Memories of a Russian doll   ~ 15 May, 2006 ~ Arts Reviews Sydney Morning Herald
Valrene Tweedie was only 14 when Colonel Wassily de Basil's Ballets Russes visited Australia in 1939-40. Excited at the prospect of dancing for them, she took to the stage thinking she was having a class. It was, in fact, an audition.
"Now that I look back on it, I suppose they didn't tell us so we wouldn't be nervous," she says.
The young dancer was asked to join the company and travel to the US but her mother, believing she was too young, said no.
Still, the company let her attend rehearsals and occasionally join in. "It was wonderful to have these free classes," says Tweedie, who lives in Sydney. "Then one night, one of the girls sprained her ankle and I was suddenly on. I turned 15 two weeks after that, and [Actors] Equity said it was OK for me to dance if they had an emergency. Well, they had one every day."
Dancing as Irina Lavrova, she performed in Sydney, Melbourne, Adelaide and Brisbane. Her mother eventually relented and she went to America to be part of the Monte Carlo Ballets Russes, staying for 12 years.
Tweedie's memories will flood back tonight at the Cremorne Orpheum for the Australian Ballet's gala screening of the new documentary feature, Ballets Russes. The film, by Americans Daniel Geller and Dayna Goldfine, traces the colourful history of the company established by Sergei Diaghilev in 1909, and was inspired by a 2000 reunion in New Orleans of Ballets Russes dancers, including Tweedie.
Of her American adventure she says: "I was only supposed to go for six months then come home, but I wanted to stay. Then America went into the war and there was no possibility of coming home."
When she did return, Tweedie didn't intend to continue her dance career but soon found she had limited options. "I was so young when I went into the company, I had no training for anything else," she says. "In those days you couldn't go to university as an older student, and there was no government support."
Her saviour was Gertrude Johnson, of the National Theatre Ballet in Melbourne, who in 1953 asked Tweedie to be an artistic director.

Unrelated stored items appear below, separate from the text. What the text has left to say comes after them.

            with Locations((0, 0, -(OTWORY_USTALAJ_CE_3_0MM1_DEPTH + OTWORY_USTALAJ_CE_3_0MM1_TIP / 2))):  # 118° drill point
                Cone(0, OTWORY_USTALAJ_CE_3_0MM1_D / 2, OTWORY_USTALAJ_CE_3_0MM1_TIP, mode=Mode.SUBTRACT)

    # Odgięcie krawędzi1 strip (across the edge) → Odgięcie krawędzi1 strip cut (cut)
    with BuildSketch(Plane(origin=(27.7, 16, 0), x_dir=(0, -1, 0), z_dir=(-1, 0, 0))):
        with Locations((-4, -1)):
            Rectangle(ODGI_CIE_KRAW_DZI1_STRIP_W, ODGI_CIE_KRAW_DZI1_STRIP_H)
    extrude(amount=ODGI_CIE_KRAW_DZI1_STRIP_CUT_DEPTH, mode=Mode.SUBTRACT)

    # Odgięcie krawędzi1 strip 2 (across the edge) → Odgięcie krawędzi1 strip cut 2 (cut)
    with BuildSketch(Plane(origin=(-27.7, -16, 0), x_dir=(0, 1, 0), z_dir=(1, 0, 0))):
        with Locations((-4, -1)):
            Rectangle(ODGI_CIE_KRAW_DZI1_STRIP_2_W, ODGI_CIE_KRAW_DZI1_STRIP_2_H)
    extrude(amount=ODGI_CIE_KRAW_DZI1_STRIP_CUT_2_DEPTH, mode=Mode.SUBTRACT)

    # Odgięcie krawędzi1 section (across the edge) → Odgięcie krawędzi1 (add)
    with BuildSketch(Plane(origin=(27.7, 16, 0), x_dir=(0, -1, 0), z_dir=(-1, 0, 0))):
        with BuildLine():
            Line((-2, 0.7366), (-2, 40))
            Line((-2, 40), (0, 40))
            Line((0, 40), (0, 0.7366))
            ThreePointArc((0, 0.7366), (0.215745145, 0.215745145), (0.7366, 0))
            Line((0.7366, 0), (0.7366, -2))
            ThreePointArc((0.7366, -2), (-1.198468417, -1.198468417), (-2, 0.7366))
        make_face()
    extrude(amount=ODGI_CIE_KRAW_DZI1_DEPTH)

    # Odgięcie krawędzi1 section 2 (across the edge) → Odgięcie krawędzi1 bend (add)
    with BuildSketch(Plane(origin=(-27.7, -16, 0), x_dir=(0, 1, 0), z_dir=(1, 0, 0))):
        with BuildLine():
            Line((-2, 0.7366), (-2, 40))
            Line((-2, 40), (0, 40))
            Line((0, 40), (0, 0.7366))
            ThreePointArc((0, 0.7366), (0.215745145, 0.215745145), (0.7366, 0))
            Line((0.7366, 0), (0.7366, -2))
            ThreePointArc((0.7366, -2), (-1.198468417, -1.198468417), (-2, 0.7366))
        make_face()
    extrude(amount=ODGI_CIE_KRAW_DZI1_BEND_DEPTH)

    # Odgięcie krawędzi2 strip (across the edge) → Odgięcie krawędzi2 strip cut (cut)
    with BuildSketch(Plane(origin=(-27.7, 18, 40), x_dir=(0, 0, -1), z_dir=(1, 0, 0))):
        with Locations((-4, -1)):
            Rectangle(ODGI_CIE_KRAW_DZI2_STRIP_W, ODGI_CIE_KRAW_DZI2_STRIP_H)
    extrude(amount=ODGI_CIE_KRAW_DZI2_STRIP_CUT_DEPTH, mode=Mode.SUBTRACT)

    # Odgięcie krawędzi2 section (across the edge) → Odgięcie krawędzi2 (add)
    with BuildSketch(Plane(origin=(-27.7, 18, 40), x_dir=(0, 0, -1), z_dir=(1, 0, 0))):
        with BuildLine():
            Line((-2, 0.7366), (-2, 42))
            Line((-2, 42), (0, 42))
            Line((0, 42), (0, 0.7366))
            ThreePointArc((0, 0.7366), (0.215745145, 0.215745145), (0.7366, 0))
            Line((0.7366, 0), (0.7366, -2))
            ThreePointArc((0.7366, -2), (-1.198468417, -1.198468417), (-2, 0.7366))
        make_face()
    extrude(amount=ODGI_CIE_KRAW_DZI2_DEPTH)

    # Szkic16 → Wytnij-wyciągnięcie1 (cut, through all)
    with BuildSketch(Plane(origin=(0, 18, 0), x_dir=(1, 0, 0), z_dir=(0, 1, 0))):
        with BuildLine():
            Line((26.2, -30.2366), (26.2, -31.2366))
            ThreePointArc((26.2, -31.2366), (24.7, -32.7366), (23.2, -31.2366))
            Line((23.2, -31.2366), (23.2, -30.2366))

"Now that I think about it, I was pretty young to be doing something like that," she says.
She left in 1955 and began full-time teaching the following year, setting up her Australian Academy of Ballet in Sydney, which she ran for 29 years. In 1960 she established Ballet Australia, to encourage new Australian choreography, music and design, and to provide opportunities for new work to be performed.
After a 37-year absence she returned to the stage in 1992 as Clara the Elder in Graeme Murphy's Nutcracker for the Australian Ballet, alternating the role of the ageing Russian ballerina with Dame Margaret Scott. She reprised the role in 1994 and 2000.
"To be quite truthful, it was very scary after so many years," she says. "Once we got the opening night over and got into it, though, it was lovely."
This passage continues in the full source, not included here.